• Description of the task
In the records that follow, the lines from the one containing "#33=EDGE_LOOP('',(#32));" to the one containing "#39=ORIENTED_EDGE('',*,*,#31,.F.);", inclusive, are to be given again exactly.

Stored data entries
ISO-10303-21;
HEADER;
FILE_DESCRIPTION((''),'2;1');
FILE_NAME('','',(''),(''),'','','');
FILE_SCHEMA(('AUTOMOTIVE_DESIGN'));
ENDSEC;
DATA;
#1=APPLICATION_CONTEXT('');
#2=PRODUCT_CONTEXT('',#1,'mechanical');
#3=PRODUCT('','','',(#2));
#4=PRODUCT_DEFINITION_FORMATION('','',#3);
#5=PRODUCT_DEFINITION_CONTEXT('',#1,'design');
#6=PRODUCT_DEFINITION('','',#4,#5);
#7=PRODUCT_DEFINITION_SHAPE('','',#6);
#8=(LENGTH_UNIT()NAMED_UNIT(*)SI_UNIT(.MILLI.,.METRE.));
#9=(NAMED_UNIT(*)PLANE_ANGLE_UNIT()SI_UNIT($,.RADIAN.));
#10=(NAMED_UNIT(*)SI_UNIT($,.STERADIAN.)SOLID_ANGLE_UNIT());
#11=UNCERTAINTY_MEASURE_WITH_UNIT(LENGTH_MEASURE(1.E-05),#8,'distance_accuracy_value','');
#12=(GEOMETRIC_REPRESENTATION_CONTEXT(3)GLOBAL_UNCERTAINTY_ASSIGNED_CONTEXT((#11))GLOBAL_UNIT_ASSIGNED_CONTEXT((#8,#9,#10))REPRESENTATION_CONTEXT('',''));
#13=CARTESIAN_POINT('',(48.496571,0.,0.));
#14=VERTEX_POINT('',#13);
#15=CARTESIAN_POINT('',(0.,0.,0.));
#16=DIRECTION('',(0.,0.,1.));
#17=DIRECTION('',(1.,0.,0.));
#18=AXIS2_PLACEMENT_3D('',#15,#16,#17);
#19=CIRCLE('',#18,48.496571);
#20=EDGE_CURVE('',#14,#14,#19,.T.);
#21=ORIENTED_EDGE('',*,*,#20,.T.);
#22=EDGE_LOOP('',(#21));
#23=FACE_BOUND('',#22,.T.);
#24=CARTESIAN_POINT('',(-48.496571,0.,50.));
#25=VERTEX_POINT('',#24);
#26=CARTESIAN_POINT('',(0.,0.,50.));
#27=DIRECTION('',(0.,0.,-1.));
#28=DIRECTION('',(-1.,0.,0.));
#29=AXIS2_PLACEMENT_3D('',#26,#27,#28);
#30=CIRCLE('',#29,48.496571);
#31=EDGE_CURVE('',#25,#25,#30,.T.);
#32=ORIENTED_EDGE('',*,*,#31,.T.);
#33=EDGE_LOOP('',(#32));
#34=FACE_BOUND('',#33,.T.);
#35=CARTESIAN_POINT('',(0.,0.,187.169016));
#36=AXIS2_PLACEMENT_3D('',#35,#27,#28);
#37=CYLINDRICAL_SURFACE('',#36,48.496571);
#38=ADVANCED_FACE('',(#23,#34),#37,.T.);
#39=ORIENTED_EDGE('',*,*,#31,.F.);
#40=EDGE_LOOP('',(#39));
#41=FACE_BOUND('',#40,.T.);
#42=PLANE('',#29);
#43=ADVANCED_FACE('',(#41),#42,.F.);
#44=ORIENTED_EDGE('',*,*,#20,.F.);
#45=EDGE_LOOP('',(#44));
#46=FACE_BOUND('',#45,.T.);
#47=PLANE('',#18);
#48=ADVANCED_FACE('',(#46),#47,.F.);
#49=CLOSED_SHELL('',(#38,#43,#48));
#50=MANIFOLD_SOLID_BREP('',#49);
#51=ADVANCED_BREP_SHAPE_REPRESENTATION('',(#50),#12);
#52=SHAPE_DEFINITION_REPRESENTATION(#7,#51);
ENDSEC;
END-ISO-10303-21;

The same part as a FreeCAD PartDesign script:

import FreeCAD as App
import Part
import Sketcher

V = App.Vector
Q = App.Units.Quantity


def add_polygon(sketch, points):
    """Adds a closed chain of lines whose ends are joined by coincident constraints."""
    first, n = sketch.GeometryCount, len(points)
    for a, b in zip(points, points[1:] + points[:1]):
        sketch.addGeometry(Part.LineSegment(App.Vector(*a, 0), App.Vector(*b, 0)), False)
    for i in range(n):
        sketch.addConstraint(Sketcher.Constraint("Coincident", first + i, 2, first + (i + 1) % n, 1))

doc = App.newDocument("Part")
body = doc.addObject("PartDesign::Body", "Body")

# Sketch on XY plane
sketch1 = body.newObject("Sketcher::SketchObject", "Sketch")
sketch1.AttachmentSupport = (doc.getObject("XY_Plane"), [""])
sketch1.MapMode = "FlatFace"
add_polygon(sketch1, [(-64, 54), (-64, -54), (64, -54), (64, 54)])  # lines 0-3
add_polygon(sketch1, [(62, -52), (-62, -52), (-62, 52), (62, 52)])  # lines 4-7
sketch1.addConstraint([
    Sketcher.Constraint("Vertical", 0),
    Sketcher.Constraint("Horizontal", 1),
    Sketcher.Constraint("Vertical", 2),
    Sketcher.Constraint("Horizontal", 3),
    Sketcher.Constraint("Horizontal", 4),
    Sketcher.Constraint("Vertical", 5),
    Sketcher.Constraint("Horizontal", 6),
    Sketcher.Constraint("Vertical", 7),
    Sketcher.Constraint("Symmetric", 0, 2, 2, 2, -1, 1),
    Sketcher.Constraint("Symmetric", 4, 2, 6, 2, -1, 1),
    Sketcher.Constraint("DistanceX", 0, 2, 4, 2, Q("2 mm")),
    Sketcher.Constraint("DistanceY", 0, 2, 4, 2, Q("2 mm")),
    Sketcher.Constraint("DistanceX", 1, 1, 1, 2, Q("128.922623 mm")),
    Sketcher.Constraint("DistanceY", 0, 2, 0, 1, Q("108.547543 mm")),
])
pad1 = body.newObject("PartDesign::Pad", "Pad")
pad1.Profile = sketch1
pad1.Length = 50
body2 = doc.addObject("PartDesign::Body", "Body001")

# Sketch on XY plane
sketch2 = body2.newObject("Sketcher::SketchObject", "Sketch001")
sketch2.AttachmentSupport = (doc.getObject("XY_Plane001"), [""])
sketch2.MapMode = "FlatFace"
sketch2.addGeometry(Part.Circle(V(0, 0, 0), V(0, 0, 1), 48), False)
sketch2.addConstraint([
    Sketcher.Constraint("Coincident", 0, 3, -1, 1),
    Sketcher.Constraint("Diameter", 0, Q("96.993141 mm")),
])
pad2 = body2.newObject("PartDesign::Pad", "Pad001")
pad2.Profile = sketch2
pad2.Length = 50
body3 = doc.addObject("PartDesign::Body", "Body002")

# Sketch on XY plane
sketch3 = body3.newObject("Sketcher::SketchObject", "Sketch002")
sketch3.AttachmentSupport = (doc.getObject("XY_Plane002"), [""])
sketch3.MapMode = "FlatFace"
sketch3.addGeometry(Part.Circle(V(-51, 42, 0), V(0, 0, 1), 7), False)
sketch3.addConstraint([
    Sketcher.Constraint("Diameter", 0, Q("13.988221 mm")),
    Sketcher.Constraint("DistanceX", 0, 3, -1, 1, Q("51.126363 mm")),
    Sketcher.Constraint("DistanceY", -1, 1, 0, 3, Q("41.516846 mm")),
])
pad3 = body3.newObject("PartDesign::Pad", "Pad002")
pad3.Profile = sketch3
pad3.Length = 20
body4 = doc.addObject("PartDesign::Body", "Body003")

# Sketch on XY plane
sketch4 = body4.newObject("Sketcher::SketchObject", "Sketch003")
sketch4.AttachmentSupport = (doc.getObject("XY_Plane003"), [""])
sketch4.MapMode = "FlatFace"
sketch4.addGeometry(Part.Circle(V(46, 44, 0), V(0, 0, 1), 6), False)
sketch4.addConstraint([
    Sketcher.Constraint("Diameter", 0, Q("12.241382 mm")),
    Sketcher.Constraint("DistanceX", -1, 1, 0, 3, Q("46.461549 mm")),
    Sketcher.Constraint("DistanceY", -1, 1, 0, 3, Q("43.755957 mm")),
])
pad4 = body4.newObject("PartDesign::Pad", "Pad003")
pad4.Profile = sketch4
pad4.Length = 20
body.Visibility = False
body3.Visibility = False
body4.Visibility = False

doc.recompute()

• Your solution
#33=EDGE_LOOP('',(#32));
#34=FACE_BOUND('',#33,.T.);
#35=CARTESIAN_POINT('',(0.,0.,187.169016));
#36=AXIS2_PLACEMENT_3D('',#35,#27,#28);
#37=CYLINDRICAL_SURFACE('',#36,48.496571);
#38=ADVANCED_FACE('',(#23,#34),#37,.T.);
#39=ORIENTED_EDGE('',*,*,#31,.F.);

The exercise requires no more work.